Nice. Have an '07 6.0 myself; looking forward to seeing more of your build.


----------



## bradknob (Oct 26, 2009)

Mmmmm, stage 4 goodness. I'm in


----------



## Extended Power (Jun 8, 2014)

Audiophilefred said:


> I wish ford had stayed with the 7.3 powerstroke instead of that ****ty 6.0


....here's my ****ty 6.0L











OP, sorry for the derail.


----------



## pjc (May 3, 2009)

^^^ no apologies needed. I have no problems with other Super Duty pics and garages being posted. 
That's cool how Ford changed up the underhood from my 7.3 to your 6.0 .


----------



## pjc (May 3, 2009)

Extended Power said:


> ....here's my ****ty 6.0L
> 
> 
> 
> ...


And where is your build log?! U need one. I just looked through the thread you have about sound deadening. Your amp rack is nice!


----------



## Extended Power (Jun 8, 2014)

pjc said:


> ^^^ no apologies needed. I have no problems with other Super Duty pics and garages being posted.
> That's cool how Ford changed up the underhood from my 7.3 to your 6.0 .


Haha...not much is Ford under my hood anymore.
This picture was of my last set of compound turbo setup that I built myself. I did have a professional welder do the aluminum welding on the intake manifold though, as it's totally different now. (Comes in from the front instead of on top.)



pjc said:


> And where is your build log?! U need one. I just looked through the thread you have about sound deadening. Your amp rack is nice!

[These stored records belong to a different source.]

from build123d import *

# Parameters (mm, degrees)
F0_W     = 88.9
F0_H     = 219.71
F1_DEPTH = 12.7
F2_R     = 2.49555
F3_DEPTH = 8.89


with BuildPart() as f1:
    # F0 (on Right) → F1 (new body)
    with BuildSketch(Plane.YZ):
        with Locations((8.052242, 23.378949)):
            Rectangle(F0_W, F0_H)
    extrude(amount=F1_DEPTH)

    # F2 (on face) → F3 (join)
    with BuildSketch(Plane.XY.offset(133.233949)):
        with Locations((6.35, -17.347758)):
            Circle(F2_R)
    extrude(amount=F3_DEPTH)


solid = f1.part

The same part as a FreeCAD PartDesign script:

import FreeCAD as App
import Part
import Sketcher
Q = App.Units.Quantity

doc = App.newDocument("Part")
body = doc.addObject("PartDesign::Body", "Body")

# Sketch on YZ plane
sketch1 = doc.addObject("Sketcher::SketchObject", "Sketch")
body.addObject(sketch1)
sketch1.AttachmentSupport = (doc.YZ_Plane, [""])
sketch1.MapMode = "FlatFace"
sketch1.addGeometry([
    Part.LineSegment(App.Vector(-36, 133, 0), App.Vector(-36, -86, 0)),
    Part.LineSegment(App.Vector(-36, -86, 0), App.Vector(53, -86, 0)),
    Part.LineSegment(App.Vector(53, -86, 0), App.Vector(53, 133, 0)),
    Part.LineSegment(App.Vector(53, 133, 0), App.Vector(-36, 133, 0)),
], False)
sketch1.addConstraint([
    Sketcher.Constraint("Coincident", 0, 2, 1, 1),
    Sketcher.Constraint("Coincident", 1, 2, 2, 1),
    Sketcher.Constraint("Coincident", 2, 2, 3, 1),
    Sketcher.Constraint("Coincident", 3, 2, 0, 1),
    Sketcher.Constraint("Vertical", 0),
    Sketcher.Constraint("Horizontal", 1),
    Sketcher.Constraint("Vertical", 2),
    Sketcher.Constraint("Horizontal", 3),
    Sketcher.Constraint("DistanceX", 1, 1, 1, 2, Q("3.5 in")),
    Sketcher.Constraint("DistanceY", 0, 2, 0, 1, Q("8.65 in")),
    Sketcher.Constraint("DistanceX", 0, 2, -1, 1, 36.397758),
    Sketcher.Constraint("DistanceY", 0, 2, -1, 1, 86.476051),
])
pad1 = doc.addObject("PartDesign::Pad", "Pad")
body.addObject(pad1)
pad1.Profile = sketch1
pad1.Length = Q("0.5 in")

# Sketch on XY plane
sketch2 = doc.addObject("Sketcher::SketchObject", "Sketch001")
body.addObject(sketch2)
sketch2.AttachmentSupport = (doc.XY_Plane, [""])
sketch2.MapMode = "FlatFace"
sketch2.AttachmentOffset = App.Placement(App.Vector(0, 0, 133.233949), App.Rotation())
sketch2.addGeometry(Part.Circle(App.Vector(6.3, -17.3, 0), App.Vector(0, 0, 1), 2.5), False)
sketch2.addConstraint([
    Sketcher.Constraint("Diameter", 0, Q("0.1965 in")),
    Sketcher.Constraint("DistanceX", -1, 1, 0, 3, Q("0.25 in")),
    Sketcher.Constraint("DistanceY", 0, 3, -1, 1, 17.347758),
])
pad2 = doc.addObject("PartDesign::Pad", "Pad001")
body.addObject(pad2)
pad2.Profile = sketch2
pad2.Length = Q("0.35 in")

doc.recompute()
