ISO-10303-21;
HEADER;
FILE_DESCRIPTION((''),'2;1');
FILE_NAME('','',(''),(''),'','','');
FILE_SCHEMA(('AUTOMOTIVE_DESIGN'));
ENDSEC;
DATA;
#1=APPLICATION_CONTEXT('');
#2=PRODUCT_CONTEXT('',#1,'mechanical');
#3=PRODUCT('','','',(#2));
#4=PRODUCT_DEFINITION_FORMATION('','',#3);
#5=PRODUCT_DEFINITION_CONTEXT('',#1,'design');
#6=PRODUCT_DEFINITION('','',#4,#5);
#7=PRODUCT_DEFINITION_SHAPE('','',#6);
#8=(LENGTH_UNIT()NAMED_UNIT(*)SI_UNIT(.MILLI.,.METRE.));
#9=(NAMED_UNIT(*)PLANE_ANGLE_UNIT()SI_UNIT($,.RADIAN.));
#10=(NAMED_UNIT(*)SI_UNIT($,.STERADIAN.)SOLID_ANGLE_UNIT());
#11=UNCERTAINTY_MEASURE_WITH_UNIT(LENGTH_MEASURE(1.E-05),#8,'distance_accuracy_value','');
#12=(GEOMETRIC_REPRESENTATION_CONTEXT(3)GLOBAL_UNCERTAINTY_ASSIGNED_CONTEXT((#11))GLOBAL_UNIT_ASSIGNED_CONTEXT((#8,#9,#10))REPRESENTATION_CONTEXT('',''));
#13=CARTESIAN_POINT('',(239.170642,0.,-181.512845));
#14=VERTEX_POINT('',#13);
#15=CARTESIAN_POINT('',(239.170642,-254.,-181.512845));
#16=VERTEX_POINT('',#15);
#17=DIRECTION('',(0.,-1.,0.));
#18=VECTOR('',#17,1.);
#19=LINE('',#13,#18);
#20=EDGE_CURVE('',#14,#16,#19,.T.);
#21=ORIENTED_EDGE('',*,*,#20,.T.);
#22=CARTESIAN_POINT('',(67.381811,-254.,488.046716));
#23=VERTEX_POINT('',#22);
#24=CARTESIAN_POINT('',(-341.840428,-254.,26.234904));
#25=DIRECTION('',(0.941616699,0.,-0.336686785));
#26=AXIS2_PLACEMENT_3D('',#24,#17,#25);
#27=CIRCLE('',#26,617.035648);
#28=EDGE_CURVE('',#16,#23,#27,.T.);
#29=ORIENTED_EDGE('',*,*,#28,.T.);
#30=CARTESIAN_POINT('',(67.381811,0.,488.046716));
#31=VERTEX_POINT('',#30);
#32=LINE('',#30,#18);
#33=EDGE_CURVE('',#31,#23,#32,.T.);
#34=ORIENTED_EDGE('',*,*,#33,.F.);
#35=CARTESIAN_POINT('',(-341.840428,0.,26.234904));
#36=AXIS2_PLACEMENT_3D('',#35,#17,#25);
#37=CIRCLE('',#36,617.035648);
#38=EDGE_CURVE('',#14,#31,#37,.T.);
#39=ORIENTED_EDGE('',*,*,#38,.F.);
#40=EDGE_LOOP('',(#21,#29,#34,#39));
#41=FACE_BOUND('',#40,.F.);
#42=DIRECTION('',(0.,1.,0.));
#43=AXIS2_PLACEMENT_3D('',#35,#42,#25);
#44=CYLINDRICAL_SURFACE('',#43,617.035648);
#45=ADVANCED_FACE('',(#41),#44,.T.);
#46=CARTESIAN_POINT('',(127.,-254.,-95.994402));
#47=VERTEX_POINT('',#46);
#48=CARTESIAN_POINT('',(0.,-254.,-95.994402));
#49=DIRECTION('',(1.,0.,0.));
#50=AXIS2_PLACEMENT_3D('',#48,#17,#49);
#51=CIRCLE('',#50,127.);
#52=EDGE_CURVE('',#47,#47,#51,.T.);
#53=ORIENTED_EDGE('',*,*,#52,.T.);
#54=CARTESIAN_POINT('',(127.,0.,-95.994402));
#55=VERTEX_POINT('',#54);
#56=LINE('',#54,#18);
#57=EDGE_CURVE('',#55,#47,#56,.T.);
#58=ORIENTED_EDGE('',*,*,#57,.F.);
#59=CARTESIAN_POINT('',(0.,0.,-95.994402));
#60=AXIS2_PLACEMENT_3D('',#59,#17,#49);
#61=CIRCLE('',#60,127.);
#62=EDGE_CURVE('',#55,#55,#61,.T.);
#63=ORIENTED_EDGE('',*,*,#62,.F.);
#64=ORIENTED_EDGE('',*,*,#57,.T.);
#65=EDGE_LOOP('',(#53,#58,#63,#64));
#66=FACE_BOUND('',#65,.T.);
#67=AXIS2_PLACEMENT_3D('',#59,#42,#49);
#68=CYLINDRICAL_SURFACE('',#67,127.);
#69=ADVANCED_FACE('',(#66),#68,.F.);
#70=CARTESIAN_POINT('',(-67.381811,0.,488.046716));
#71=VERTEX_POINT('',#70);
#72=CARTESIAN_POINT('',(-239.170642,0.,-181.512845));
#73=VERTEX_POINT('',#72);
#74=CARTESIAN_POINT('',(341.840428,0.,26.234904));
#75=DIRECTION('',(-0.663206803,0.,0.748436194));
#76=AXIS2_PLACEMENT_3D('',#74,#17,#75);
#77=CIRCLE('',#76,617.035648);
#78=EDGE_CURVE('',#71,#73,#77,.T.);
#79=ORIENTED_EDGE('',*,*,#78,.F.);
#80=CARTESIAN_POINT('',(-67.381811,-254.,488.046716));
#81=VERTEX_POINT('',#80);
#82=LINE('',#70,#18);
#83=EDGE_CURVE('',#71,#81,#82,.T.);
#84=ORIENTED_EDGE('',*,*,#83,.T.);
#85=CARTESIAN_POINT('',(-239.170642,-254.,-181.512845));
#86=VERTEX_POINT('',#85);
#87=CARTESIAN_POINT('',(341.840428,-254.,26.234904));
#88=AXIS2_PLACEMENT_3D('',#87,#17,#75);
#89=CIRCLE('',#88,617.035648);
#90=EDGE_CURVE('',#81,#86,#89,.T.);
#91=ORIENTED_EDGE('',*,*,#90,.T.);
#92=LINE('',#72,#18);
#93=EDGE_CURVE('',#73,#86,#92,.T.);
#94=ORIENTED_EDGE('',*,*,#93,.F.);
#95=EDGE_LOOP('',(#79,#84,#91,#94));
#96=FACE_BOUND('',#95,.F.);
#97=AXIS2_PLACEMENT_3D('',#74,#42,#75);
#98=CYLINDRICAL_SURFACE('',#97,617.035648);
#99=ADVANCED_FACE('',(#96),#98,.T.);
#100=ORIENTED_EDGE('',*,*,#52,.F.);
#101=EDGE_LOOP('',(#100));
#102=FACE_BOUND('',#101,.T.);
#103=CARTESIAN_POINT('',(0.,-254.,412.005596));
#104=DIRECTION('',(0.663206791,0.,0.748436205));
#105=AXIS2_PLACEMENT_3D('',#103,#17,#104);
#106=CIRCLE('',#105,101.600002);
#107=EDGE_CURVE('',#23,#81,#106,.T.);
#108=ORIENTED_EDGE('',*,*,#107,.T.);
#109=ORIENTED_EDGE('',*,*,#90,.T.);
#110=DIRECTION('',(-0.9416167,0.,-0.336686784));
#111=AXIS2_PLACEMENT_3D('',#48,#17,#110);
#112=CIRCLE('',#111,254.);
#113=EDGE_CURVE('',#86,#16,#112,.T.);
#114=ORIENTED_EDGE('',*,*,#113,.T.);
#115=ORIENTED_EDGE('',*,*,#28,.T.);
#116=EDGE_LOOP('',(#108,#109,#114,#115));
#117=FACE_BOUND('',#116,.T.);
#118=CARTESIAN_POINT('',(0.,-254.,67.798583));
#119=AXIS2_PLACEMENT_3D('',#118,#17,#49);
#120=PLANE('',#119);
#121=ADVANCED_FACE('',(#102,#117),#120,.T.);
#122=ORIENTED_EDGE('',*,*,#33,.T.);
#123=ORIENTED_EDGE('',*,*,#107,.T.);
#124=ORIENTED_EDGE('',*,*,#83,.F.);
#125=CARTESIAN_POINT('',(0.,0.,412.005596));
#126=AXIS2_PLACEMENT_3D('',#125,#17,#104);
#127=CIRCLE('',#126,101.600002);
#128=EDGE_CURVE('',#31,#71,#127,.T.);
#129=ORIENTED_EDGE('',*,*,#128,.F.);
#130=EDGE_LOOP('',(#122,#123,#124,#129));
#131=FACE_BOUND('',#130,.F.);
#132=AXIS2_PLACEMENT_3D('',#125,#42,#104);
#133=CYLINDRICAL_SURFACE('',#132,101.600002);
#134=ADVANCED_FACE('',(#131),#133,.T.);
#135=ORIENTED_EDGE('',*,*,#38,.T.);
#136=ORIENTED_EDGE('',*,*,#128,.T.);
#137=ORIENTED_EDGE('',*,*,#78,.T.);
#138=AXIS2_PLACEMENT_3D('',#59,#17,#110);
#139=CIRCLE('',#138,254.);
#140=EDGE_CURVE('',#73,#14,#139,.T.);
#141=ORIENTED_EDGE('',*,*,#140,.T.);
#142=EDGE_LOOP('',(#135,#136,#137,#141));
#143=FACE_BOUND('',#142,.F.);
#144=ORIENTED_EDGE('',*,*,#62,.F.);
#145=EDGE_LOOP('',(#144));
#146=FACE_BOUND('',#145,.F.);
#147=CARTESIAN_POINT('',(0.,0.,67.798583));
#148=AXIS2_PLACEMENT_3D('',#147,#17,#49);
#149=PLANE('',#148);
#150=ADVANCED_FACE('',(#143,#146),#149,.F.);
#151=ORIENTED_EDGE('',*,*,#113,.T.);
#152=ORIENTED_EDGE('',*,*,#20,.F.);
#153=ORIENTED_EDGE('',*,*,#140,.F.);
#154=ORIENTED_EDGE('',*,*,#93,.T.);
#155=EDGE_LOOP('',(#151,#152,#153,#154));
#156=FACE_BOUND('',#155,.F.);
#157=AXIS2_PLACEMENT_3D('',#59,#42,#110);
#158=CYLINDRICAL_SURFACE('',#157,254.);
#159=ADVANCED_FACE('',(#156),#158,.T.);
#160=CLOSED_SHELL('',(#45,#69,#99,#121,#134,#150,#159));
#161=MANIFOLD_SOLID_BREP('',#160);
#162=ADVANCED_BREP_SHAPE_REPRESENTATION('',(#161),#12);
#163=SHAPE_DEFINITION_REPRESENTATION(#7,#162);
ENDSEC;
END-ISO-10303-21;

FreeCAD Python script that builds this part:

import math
import FreeCAD as App
import Part
import Sketcher

V = App.Vector
Q = App.Units.Quantity

doc = App.newDocument("Part")
body = doc.addObject("PartDesign::Body", "Body")

sketch1 = doc.addObject("Sketcher::SketchObject", "Sketch")
body.addObject(sketch1)
sketch1.AttachmentSupport = (doc.XZ_Plane, [""])
sketch1.MapMode = "FlatFace"
sketch1.addGeometry(Part.ArcOfCircle(Part.Circle(V(341.840428, 26.234904, 0), V(0, 0, 1), 617.035648), math.radians(131.544903), math.radians(199.675143)), False)
sketch1.addGeometry(Part.ArcOfCircle(Part.Circle(V(0, -95.994402, 0), V(0, 0, 1), 254), math.radians(-160.324857), math.radians(-19.675143)), False)
sketch1.addGeometry(Part.ArcOfCircle(Part.Circle(V(-341.840428, 26.234904, 0), V(0, 0, 1), 617.035648), math.radians(-19.675143), math.radians(48.455097)), False)
sketch1.addGeometry(Part.ArcOfCircle(Part.Circle(V(0, 412.005596, 0), V(0, 0, 1), 101.600002), math.radians(48.455098), math.radians(131.544902)), False)
sketch1.addGeometry(Part.Circle(V(0, -95.994402, 0), V(0, 0, 1), 127), False)
sketch1.addConstraint(Sketcher.Constraint("Tangent", 0, 2, 1, 1))
sketch1.addConstraint(Sketcher.Constraint("Tangent", 1, 2, 2, 1))
sketch1.addConstraint(Sketcher.Constraint("Tangent", 2, 2, 3, 1))
sketch1.addConstraint(Sketcher.Constraint("Tangent", 3, 2, 0, 1))
sketch1.addConstraint(Sketcher.Constraint("Coincident", 4, 3, 1, 3))
sketch1.addConstraint(Sketcher.Constraint("Equal", 0, 2))
sketch1.addConstraint(Sketcher.Constraint("Symmetric", 0, 3, 2, 3, -2))
sketch1.addConstraint(Sketcher.Constraint("Diameter", 4, Q("10 in")))
sketch1.addConstraint(Sketcher.Constraint("Radius", 1, Q("10 in")))
sketch1.addConstraint(Sketcher.Constraint("Radius", 3, Q("4.0000001 in")))
sketch1.addConstraint(Sketcher.Constraint("DistanceY", 1, 3, 3, 3, Q("19.9999999 in")))
sketch1.addConstraint(Sketcher.Constraint("Radius", 0, Q("617.035648 mm")))
sketch1.addConstraint(Sketcher.Constraint("DistanceY", 1, 3, -1, 1, Q("95.994402 mm")))
pad1 = doc.addObject("PartDesign::Pad", "Pad")
body.addObject(pad1)
pad1.Profile = sketch1
pad1.Length = Q("10 in")

doc.recompute()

Just got the rack installed about half an hour ago.
The pictures suck because of ****ty lighting, and the blue doesn't seem to show up like it does in person.










Shoulda changed the rug, but I'm pretty tired of working on it right now, and probably won't see a bit of it when the buckets go back in, and the seat belts are put back in.


----------



## pjc (May 3, 2009)

That's clean. I think I can visualize what I want. Hope there's room for it.


----------



## chithead (Mar 19, 2008)




----------



## win1 (Sep 27, 2008)

Nice very nice


----------



## WhereAmEye? (Jun 17, 2013)

Can't wait yo, should be awesome


----------



## mooch91 (Apr 6, 2008)

pjc said:


> ^^^ no apologies needed. I have no problems with other Super Duty pics and garages being posted.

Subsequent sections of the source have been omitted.